• Work required
In the records below, find the line with "#161=CIRCLE('',#27,30.75);" and the line with "A parametric FreeCAD". Print both exactly, along with every line between them, and no other line.

• Entries shown
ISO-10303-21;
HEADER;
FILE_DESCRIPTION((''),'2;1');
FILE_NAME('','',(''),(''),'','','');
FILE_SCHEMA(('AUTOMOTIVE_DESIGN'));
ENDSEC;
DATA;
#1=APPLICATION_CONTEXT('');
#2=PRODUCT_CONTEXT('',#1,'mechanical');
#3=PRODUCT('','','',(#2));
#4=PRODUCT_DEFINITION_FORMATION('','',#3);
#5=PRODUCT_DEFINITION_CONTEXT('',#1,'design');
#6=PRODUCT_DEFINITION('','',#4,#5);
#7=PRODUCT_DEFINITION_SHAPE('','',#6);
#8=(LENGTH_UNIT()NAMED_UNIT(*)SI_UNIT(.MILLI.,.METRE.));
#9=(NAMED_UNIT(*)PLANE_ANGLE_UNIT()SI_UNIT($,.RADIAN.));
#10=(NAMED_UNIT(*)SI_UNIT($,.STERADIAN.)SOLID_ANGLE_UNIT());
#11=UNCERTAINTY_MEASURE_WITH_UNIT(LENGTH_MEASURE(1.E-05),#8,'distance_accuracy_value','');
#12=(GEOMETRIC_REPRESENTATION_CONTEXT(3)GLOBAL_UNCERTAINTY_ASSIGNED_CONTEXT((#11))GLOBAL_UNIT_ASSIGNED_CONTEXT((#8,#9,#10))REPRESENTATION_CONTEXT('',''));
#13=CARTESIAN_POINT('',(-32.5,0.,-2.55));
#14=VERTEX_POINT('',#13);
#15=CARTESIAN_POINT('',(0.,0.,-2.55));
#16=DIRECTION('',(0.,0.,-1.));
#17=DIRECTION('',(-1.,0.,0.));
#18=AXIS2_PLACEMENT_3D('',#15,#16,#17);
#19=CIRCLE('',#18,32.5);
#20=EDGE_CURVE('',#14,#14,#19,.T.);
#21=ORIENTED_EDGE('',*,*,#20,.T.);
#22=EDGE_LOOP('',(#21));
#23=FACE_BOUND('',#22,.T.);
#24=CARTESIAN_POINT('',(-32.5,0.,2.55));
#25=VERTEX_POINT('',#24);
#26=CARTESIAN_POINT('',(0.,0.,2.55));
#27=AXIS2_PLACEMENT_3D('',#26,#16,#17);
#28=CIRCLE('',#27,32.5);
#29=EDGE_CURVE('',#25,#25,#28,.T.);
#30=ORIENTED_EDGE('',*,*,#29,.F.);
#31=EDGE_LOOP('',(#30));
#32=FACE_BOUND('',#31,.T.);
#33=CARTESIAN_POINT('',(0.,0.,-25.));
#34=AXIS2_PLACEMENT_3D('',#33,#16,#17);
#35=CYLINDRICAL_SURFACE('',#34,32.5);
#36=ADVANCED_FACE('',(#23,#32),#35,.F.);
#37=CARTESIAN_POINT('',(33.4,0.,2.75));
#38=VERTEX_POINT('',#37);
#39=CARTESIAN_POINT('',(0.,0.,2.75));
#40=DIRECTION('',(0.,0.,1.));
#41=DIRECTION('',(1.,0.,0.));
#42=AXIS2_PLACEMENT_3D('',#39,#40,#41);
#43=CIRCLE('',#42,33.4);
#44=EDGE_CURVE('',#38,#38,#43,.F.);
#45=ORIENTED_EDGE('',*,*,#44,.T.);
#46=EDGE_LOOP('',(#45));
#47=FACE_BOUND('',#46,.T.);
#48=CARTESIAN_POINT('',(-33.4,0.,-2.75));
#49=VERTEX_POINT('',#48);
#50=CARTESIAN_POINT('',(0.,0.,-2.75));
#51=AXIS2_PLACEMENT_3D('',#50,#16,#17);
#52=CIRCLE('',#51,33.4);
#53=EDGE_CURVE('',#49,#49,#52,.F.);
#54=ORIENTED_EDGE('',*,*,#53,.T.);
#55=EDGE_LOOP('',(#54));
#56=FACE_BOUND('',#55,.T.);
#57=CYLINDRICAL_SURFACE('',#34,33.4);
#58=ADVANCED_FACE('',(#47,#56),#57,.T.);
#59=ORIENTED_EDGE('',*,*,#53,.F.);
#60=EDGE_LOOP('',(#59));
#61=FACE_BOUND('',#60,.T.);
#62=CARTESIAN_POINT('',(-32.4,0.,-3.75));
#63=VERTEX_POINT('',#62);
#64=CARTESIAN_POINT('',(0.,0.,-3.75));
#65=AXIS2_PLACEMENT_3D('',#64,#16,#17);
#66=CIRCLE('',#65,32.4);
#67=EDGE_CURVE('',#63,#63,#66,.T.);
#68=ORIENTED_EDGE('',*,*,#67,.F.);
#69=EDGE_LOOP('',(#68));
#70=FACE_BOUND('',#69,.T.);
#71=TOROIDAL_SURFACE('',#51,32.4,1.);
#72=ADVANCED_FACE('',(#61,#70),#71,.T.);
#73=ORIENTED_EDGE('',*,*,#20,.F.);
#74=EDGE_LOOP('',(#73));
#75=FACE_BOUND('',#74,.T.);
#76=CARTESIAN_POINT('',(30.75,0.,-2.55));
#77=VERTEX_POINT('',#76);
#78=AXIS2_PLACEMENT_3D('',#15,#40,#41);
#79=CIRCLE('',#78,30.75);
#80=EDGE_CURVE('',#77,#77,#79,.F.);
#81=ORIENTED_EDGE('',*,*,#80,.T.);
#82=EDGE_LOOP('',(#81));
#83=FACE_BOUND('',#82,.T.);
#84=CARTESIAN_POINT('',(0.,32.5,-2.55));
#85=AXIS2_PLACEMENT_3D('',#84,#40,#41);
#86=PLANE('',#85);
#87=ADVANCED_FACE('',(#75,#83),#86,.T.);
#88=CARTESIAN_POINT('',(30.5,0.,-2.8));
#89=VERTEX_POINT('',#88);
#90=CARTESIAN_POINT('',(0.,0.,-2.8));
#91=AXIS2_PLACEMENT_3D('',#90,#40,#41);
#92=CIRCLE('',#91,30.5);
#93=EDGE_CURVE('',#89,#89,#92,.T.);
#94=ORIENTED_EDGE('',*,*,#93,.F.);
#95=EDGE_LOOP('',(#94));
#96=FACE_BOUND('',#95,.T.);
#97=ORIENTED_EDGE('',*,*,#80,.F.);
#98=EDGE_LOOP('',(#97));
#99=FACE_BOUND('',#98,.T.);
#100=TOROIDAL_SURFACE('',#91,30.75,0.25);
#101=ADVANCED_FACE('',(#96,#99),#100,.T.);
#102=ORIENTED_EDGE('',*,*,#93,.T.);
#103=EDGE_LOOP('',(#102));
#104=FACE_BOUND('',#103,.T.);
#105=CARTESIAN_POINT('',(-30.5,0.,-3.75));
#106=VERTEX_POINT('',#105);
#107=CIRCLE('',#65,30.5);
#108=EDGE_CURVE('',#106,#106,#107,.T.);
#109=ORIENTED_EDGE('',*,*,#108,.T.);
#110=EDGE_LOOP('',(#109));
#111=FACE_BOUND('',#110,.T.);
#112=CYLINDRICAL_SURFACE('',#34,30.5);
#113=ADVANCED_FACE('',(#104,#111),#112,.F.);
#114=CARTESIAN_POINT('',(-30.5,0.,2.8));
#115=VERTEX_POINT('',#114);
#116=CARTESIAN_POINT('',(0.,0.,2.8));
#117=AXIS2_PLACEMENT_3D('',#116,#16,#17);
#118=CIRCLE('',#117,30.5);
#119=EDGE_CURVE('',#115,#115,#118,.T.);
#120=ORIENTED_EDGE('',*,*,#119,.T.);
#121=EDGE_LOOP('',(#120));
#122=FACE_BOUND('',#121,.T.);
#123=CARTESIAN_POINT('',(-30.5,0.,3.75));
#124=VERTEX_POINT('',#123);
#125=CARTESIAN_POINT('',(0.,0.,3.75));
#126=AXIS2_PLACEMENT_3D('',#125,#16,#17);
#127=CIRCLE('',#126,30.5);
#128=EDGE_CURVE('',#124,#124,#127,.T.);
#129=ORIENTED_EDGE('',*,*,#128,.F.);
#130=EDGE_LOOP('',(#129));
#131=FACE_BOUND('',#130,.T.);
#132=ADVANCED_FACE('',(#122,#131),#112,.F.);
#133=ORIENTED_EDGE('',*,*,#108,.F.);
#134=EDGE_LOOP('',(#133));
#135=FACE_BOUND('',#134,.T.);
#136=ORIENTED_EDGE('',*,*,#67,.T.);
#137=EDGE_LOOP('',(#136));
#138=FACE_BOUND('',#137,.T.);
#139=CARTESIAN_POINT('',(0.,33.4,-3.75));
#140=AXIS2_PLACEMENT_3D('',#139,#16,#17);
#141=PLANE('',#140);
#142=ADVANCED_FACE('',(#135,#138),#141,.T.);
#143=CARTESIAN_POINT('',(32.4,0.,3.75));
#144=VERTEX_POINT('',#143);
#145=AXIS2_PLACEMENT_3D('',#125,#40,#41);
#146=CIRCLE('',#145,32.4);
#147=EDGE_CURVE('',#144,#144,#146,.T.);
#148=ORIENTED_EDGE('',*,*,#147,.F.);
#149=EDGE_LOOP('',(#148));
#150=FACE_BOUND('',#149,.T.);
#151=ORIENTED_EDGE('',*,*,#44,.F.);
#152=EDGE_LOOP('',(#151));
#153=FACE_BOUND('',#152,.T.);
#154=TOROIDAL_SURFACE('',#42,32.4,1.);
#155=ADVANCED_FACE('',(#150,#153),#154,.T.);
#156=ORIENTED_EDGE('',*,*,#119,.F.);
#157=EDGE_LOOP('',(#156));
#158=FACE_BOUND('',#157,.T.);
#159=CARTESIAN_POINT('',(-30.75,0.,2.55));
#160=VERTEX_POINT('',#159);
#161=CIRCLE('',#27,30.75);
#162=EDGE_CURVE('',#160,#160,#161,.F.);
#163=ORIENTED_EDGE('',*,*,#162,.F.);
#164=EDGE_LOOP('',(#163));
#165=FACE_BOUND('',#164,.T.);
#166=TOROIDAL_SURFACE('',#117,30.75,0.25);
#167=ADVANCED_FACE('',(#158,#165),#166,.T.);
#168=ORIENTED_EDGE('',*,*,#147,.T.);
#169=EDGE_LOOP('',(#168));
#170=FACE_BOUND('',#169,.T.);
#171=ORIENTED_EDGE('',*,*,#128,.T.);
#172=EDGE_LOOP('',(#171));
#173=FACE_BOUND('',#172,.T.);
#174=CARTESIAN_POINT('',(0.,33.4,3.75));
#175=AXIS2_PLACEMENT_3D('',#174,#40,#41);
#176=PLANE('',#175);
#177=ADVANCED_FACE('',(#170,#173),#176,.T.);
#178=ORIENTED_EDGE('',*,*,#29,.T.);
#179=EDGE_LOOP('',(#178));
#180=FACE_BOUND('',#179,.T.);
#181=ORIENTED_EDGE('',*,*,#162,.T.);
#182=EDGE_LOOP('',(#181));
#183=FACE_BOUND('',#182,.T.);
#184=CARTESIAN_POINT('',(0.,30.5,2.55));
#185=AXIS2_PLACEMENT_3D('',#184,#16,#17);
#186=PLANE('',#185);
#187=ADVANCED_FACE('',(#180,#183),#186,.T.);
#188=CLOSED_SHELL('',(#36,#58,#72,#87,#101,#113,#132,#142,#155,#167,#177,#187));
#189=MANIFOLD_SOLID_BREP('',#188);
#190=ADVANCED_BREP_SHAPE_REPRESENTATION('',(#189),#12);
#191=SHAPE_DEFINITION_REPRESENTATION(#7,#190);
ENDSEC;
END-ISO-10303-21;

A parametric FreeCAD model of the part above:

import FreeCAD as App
import Part
import Sketcher
from FreeCAD import Vector


def edges_at(feature, points):
    """Names of the edges that pass closest to the given points."""
    edges = feature.Shape.Edges
    near = lambda p: min(range(len(edges)), key=lambda i: edges[i].distToShape(Part.Vertex(*p))[0])
    return sorted({f"Edge{near(p) + 1}" for p in points})


def add_polygon(sketch, points):
    """Adds a closed chain of lines whose ends are joined by coincident constraints."""
    first, n = sketch.GeometryCount, len(points)
    for a, b in zip(points, points[1:] + points[:1]):
        sketch.addGeometry(Part.LineSegment(App.Vector(*a, 0), App.Vector(*b, 0)), False)
    for i in range(n):
        sketch.addConstraint(Sketcher.Constraint("Coincident", first + i, 2, first + (i + 1) % n, 1))

doc = App.newDocument("Part")
body = doc.addObject("PartDesign::Body", "Body")

sketch1 = body.newObject("Sketcher::SketchObject", "Sketch")
sketch1.AttachmentSupport = (doc.getObject("YZ_Plane"), [""])
sketch1.MapMode = "FlatFace"
add_polygon(sketch1, [(33.4, -3.8), (33.4, 3.8), (30.5, 3.8), (30.5, 2.5), (32.5, 2.5), (32.5, -2.5), (30.5, -2.5), (30.5, -3.8)])
sketch1.addConstraint([
    Sketcher.Constraint("Vertical", 0),
    Sketcher.Constraint("Horizontal", 1),
    Sketcher.Constraint("Vertical", 2),
    Sketcher.Constraint("Horizontal", 3),
    Sketcher.Constraint("Vertical", 4),
    Sketcher.Constraint("Horizontal", 5),
    Sketcher.Constraint("Vertical", 6),
    Sketcher.Constraint("Horizontal", 7),
    Sketcher.Constraint("Symmetric", 2, 2, 5, 2, -1),
    Sketcher.Constraint("Equal", 2, 6),
    Sketcher.Constraint("DistanceX", 3, 1, 3, 2, 2.0),
    Sketcher.Constraint("DistanceX", 1, 2, 1, 1, 2.9),
    Sketcher.Constraint("DistanceY", 0, 1, 0, 2, 7.5),
    Sketcher.Constraint("DistanceY", 2, 2, 2, 1, 1.2),
    Sketcher.Constraint("DistanceX", -1, 1, 0, 2, 33.4),
])
revolution = body.newObject("PartDesign::Revolution", "Revolution")
revolution.Profile = sketch1
revolution.ReferenceAxis = (sketch1, ["V_Axis"])
revolution.Angle = 360
doc.recompute()

fillet = body.newObject("PartDesign::Fillet", "Fillet")
fillet.Base = (revolution, edges_at(revolution, [(30.5, 0, -2.55), (30.5, 0, 2.55)]))
fillet.Radius = 0.25
doc.recompute()

fillet2 = body.newObject("PartDesign::Fillet", "Fillet001")
fillet2.Base = (fillet, edges_at(fillet, [(33.4, 0, 3.75), (33.4, 0, -3.75)]))
fillet2.Radius = 1

doc.recompute()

• Written solution
#161=CIRCLE('',#27,30.75);
#162=EDGE_CURVE('',#160,#160,#161,.F.);
#163=ORIENTED_EDGE('',*,*,#162,.F.);
#164=EDGE_LOOP('',(#163));
#165=FACE_BOUND('',#164,.T.);
#166=TOROIDAL_SURFACE('',#117,30.75,0.25);
#167=ADVANCED_FACE('',(#158,#165),#166,.T.);
#168=ORIENTED_EDGE('',*,*,#147,.T.);
#169=EDGE_LOOP('',(#168));
#170=FACE_BOUND('',#169,.T.);
#171=ORIENTED_EDGE('',*,*,#128,.T.);
#172=EDGE_LOOP('',(#171));
#173=FACE_BOUND('',#172,.T.);
#174=CARTESIAN_POINT('',(0.,33.4,3.75));
#175=AXIS2_PLACEMENT_3D('',#174,#40,#41);
#176=PLANE('',#175);
#177=ADVANCED_FACE('',(#170,#173),#176,.T.);
#178=ORIENTED_EDGE('',*,*,#29,.T.);
#179=EDGE_LOOP('',(#178));
#180=FACE_BOUND('',#179,.T.);
#181=ORIENTED_EDGE('',*,*,#162,.T.);
#182=EDGE_LOOP('',(#181));
#183=FACE_BOUND('',#182,.T.);
#184=CARTESIAN_POINT('',(0.,30.5,2.55));
#185=AXIS2_PLACEMENT_3D('',#184,#16,#17);
#186=PLANE('',#185);
#187=ADVANCED_FACE('',(#180,#183),#186,.T.);
#188=CLOSED_SHELL('',(#36,#58,#72,#87,#101,#113,#132,#142,#155,#167,#177,#187));
#189=MANIFOLD_SOLID_BREP('',#188);
#190=ADVANCED_BREP_SHAPE_REPRESENTATION('',(#189),#12);
#191=SHAPE_DEFINITION_REPRESENTATION(#7,#190);
ENDSEC;
END-ISO-10303-21;

A parametric FreeCAD model of the part above:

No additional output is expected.